While sustainable aviation fuel and LNG are being tested as alternatives in aviation and shipping, respectively, there is more headway in passenger road transport. The share of EVs in all car sales has been steadily increasing globally, from just 2% in 2018 to 14% in 2022, 18% in 2023, and 20% in 2024, according to the IEA. However, adoption of new technologies tends to be slower in developing countries. For instance, while electricity consumption in Philippine transport grew in previous years due to the operation of mass rail transit lines and more EV units sold, EVs’ proportion of total car sales remains far below the global average — just 4% in 2024 and projected at 7% in 2025. The availability of charging points for EVs is also still an issue. Nonetheless, this is perhaps the most exciting and observable transition among the four pillars.

Industry

The transition in the industry pillar also varies, with light industries such as manufacturing, mining, and agriculture being relatively easier to electrify and decarbonize. On the other hand, heavy industries like steel and cement are slower, harder, and more costly to transition due to the energy intensity of their high-temperature processes. According to the IEA, electricity use in industry grew by almost 4% in 2024, pushing it to account for nearly 40% of total growth in electricity demand. In the Philippines, industry’s energy demand in 2022 mostly consisted of electricity (34.9%) — used in almost all industrial processes such as food processing, iron and steel, and machinery and equipment industries — followed by coal (26.1%) and oil products (25.7%).

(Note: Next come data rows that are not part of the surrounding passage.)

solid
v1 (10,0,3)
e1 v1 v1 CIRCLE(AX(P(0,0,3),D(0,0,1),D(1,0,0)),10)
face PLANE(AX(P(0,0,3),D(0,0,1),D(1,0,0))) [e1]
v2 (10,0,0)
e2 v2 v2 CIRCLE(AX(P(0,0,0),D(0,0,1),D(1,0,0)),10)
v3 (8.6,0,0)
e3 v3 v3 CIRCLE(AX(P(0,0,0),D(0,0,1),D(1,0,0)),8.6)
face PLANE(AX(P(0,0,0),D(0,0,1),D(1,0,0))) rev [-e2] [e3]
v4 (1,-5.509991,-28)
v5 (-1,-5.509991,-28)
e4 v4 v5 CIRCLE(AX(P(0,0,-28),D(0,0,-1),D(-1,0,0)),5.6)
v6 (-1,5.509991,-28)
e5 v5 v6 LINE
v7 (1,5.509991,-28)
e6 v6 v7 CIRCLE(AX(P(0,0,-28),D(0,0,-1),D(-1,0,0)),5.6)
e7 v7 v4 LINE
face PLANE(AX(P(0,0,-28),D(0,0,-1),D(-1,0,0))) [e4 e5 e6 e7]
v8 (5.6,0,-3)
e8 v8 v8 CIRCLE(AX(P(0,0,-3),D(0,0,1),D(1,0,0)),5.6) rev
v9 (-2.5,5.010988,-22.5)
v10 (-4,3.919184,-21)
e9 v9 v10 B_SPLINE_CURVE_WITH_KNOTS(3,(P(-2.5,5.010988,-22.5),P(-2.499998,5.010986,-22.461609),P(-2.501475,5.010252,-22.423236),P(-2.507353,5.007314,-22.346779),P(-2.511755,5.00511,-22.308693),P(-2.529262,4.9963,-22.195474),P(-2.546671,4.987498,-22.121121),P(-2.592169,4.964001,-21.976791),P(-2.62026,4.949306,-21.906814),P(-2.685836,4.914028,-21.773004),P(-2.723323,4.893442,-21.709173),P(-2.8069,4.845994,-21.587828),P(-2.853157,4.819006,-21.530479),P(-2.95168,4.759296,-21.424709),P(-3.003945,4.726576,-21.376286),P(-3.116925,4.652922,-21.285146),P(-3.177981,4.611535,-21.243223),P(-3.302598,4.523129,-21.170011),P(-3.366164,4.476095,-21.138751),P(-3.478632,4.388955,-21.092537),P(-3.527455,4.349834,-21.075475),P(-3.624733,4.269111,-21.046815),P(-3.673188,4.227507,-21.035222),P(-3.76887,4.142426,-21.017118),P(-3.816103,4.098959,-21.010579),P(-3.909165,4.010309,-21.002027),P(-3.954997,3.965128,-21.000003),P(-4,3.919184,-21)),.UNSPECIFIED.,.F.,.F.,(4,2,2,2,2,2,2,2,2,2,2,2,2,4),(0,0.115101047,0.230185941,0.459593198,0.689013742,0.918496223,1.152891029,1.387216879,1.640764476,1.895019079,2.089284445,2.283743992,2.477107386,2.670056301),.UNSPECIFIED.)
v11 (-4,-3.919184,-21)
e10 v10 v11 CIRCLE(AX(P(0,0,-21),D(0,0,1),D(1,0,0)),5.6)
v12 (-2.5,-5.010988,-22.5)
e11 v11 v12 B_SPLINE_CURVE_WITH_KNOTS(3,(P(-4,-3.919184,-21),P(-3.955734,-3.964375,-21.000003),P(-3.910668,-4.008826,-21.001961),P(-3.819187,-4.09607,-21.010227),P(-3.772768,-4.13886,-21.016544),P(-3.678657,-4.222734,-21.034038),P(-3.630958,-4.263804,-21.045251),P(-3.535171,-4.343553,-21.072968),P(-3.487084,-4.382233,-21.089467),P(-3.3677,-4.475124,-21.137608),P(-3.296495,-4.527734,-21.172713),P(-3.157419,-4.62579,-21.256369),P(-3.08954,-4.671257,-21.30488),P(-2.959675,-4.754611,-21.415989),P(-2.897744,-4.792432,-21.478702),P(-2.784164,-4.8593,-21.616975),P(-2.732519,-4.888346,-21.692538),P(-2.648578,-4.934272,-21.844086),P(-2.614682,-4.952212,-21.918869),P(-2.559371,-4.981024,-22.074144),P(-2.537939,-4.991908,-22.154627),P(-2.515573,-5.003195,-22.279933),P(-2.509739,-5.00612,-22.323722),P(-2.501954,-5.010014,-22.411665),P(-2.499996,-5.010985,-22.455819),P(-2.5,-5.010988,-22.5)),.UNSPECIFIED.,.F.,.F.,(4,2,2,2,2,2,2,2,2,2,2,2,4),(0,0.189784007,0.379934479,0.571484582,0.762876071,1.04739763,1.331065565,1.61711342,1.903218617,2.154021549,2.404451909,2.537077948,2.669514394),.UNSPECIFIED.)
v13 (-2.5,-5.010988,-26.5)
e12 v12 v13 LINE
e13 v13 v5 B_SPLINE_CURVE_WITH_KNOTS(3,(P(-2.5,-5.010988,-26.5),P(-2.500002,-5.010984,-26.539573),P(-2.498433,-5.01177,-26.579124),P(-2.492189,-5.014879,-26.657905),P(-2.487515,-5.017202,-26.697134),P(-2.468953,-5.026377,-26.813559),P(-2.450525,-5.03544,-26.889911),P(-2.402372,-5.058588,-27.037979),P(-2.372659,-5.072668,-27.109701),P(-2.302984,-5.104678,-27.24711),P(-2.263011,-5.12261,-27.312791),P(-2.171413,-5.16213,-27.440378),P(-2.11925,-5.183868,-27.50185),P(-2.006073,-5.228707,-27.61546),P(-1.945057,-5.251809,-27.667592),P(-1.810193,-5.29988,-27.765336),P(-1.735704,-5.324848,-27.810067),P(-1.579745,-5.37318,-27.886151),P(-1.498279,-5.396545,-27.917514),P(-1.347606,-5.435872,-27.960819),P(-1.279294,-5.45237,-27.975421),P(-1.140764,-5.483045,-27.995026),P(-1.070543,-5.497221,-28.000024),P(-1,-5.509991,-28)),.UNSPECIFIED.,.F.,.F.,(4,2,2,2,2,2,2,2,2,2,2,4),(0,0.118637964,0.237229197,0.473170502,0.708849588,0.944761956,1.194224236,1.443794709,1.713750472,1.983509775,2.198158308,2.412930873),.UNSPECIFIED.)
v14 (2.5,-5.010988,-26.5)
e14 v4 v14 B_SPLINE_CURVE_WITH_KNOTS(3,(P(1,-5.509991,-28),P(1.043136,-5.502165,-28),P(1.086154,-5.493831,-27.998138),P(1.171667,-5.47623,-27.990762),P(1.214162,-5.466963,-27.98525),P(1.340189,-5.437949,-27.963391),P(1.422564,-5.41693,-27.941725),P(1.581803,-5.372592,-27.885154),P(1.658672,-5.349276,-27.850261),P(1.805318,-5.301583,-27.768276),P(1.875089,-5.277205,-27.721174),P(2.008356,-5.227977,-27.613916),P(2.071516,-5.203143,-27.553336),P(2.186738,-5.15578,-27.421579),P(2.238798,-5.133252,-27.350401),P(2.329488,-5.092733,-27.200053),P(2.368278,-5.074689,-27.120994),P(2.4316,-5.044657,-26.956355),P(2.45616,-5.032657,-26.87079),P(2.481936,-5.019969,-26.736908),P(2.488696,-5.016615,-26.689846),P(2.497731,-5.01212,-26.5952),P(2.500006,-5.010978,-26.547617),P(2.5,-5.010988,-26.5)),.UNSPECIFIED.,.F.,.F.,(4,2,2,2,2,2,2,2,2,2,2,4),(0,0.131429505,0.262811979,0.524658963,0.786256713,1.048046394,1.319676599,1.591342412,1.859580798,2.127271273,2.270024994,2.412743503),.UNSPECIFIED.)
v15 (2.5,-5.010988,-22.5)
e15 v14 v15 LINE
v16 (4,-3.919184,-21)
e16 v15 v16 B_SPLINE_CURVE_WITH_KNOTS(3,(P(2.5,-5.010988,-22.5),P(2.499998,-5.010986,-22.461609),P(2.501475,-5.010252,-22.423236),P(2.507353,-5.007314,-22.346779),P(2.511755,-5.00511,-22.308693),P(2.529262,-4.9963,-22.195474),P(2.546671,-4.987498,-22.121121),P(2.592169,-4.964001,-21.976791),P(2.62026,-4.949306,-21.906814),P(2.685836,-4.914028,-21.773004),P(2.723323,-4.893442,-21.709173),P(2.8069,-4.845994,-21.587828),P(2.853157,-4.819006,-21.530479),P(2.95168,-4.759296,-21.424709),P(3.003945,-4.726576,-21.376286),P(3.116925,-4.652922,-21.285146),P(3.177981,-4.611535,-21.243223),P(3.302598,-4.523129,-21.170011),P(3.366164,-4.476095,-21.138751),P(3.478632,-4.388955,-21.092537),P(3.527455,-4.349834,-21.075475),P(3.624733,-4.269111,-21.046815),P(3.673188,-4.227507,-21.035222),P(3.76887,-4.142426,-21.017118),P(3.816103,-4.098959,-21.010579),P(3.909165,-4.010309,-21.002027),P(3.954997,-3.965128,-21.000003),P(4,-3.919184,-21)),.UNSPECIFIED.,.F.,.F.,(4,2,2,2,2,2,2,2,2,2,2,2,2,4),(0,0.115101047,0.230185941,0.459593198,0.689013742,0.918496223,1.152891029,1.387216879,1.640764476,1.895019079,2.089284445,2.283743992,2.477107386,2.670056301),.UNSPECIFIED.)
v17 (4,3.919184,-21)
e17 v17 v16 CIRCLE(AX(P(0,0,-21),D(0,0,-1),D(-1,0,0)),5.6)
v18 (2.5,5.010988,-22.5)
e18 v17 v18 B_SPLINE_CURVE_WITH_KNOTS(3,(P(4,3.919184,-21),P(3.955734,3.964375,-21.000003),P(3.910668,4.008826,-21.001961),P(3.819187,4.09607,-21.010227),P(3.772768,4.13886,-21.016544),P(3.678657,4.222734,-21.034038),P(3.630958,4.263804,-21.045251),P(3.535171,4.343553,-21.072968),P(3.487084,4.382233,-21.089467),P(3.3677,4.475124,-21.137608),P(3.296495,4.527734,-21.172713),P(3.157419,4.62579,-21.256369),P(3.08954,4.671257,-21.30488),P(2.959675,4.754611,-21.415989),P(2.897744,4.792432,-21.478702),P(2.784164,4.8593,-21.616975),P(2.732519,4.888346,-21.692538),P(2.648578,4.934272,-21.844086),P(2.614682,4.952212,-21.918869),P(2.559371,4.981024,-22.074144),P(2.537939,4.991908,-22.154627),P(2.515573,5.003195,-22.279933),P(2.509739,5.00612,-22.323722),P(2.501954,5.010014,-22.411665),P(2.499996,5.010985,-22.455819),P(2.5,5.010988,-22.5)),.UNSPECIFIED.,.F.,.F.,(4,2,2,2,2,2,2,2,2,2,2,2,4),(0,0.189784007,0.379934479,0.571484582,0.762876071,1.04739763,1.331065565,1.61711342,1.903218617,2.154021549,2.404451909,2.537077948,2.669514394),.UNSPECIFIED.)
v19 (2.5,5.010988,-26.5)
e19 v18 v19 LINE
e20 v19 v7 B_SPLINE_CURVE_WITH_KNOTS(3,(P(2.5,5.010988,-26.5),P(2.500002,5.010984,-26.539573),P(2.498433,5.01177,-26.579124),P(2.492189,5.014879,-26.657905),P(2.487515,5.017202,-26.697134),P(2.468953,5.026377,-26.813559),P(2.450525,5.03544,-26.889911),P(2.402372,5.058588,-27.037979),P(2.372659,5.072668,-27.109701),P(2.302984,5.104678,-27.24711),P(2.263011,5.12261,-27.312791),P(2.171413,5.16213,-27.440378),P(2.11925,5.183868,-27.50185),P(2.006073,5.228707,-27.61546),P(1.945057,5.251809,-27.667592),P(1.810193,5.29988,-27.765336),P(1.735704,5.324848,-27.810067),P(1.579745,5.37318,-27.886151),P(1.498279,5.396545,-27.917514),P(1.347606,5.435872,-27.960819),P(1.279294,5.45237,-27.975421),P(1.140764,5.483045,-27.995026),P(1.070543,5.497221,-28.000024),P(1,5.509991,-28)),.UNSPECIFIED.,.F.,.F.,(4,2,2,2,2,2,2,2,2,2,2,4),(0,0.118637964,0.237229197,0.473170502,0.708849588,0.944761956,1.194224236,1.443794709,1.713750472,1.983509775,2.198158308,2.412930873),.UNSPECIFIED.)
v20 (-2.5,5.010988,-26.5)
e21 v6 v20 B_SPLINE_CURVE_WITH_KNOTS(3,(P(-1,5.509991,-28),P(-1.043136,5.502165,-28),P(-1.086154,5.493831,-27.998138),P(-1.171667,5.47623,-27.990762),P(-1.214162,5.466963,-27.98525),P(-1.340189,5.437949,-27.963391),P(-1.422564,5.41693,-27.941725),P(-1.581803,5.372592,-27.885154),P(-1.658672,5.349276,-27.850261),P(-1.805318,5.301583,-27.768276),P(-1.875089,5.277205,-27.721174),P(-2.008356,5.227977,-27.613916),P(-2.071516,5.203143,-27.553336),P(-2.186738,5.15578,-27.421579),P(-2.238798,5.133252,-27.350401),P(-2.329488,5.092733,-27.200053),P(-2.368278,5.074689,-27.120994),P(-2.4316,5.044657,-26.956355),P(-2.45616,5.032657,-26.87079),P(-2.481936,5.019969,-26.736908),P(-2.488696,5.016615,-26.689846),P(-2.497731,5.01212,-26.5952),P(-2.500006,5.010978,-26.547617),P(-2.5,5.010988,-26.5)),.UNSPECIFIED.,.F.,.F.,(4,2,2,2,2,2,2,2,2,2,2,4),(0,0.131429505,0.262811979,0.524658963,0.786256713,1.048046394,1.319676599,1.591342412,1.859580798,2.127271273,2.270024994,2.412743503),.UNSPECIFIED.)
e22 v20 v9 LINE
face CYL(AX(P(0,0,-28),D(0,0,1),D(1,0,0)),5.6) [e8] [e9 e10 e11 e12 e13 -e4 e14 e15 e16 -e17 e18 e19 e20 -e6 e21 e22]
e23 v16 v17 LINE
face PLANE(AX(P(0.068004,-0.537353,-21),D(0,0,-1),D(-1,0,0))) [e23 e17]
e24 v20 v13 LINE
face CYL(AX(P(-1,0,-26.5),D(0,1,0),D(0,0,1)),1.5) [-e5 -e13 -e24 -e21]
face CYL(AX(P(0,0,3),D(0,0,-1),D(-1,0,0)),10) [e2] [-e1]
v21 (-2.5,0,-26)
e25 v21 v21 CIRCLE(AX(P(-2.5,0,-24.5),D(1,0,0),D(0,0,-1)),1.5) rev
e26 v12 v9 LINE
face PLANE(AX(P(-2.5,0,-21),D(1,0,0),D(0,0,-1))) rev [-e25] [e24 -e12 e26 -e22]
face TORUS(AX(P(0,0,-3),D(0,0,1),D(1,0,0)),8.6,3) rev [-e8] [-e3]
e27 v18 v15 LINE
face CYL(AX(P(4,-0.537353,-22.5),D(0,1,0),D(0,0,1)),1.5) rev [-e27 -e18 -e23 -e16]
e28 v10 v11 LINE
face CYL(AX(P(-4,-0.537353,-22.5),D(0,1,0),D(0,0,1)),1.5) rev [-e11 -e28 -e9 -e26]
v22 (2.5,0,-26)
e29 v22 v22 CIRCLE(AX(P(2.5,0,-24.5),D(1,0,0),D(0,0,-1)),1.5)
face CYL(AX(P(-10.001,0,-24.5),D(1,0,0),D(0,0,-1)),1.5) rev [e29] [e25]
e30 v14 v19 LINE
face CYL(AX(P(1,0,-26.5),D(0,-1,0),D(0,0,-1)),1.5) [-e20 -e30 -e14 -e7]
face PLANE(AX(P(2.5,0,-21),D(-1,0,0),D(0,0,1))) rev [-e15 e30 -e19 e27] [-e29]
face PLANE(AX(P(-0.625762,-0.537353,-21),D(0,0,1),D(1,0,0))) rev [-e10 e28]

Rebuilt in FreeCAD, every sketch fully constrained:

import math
import FreeCAD as App
import Part
import Sketcher
Q = App.Units.Quantity


def edges_at(feature, points):
    """Names of the edges that pass closest to the given points."""
    edges = feature.Shape.Edges
    near = lambda p: min(range(len(edges)), key=lambda i: edges[i].distToShape(Part.Vertex(*p))[0])
    return sorted({f"Edge{near(p) + 1}" for p in points})

doc = App.newDocument("Part")
body = doc.addObject("PartDesign::Body", "Body")

sketch1 = body.newObject("Sketcher::SketchObject", "Sketch")
sketch1.AttachmentSupport = (doc.getObject("XY_Plane"), [""])
sketch1.MapMode = "FlatFace"
sketch1.addGeometry(Part.Circle(App.Vector(0, 0, 0), App.Vector(0, 0, 1), 10), False)
sketch1.addConstraint([
    Sketcher.Constraint("Coincident", 0, 3, -1, 1),
    Sketcher.Constraint("Diameter", 0, Q("20 mm")),
])
pad1 = body.newObject("PartDesign::Pad", "Pad")
pad1.Profile = sketch1
pad1.Length = 3

sketch2 = body.newObject("Sketcher::SketchObject", "Sketch001")
sketch2.AttachmentSupport = (doc.getObject("XY_Plane"), [""])
sketch2.MapMode = "FlatFace"
sketch2.addGeometry(Part.Circle(App.Vector(0, 0, 0), App.Vector(0, 0, 1), 6), False)
sketch2.addConstraint([
    Sketcher.Constraint("Coincident", 0, 3, -1, 1),
    Sketcher.Constraint("Diameter", 0, Q("11.2 mm")),
])
pad2 = body.newObject("PartDesign::Pad", "Pad001")
pad2.Profile = sketch2
pad2.Length = 28
pad2.Reversed = True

For developing countries on the path to industrialization, while natural gas and LNG are being positioned as alternatives to coal, coal will continue to play an important role in both power and non-power applications. The Philippine Energy Plan foresees industrial coal consumption growing by 4.2% annually to 2050 “due to increasing demand for building materials, particularly cement, iron, and steel that are essential for the country’s infrastructure development.”

Power
Among the four pillars, decarbonization is progressing most in power, with the share of renewables and nuclear in global electricity generation growth rising from 23.5% in 2003–2007 to 81.1% in 2024, as recorded by the IEA. But while renewables and nuclear made up 32% and 9% of global electricity generation, respectively, fossil fuels remain the largest source of power at close to 60%, as emerging markets and developing economies continue to rely on coal as their primary source.

For developing countries, zero-emission technologies have yet to fully displace fossil fuels, given the high initial costs of developing nuclear power and the intermittency of variable renewable energy sources, which require additional investments in energy storage systems and even natural gas and LNG to manage supply-demand fluctuations. Considering the energy trilemma, sustainability must be balanced with energy security and energy equity.

Overall
The energy transition isn’t limited to one pillar, nor is it the sole responsibility of any one sector or organization. It is much bigger than that. The energy transition should be viewed as a whole-of-society approach, dependent on every choice made by individuals, businesses, and governments alike. It must also be stressed that the transition within each pillar is neither simple, homogenous, nor quick. Each pillar is different, and within each one are sub-pillars that may progress faster or slower, be easier or harder, and behave more simply or more complexly than others.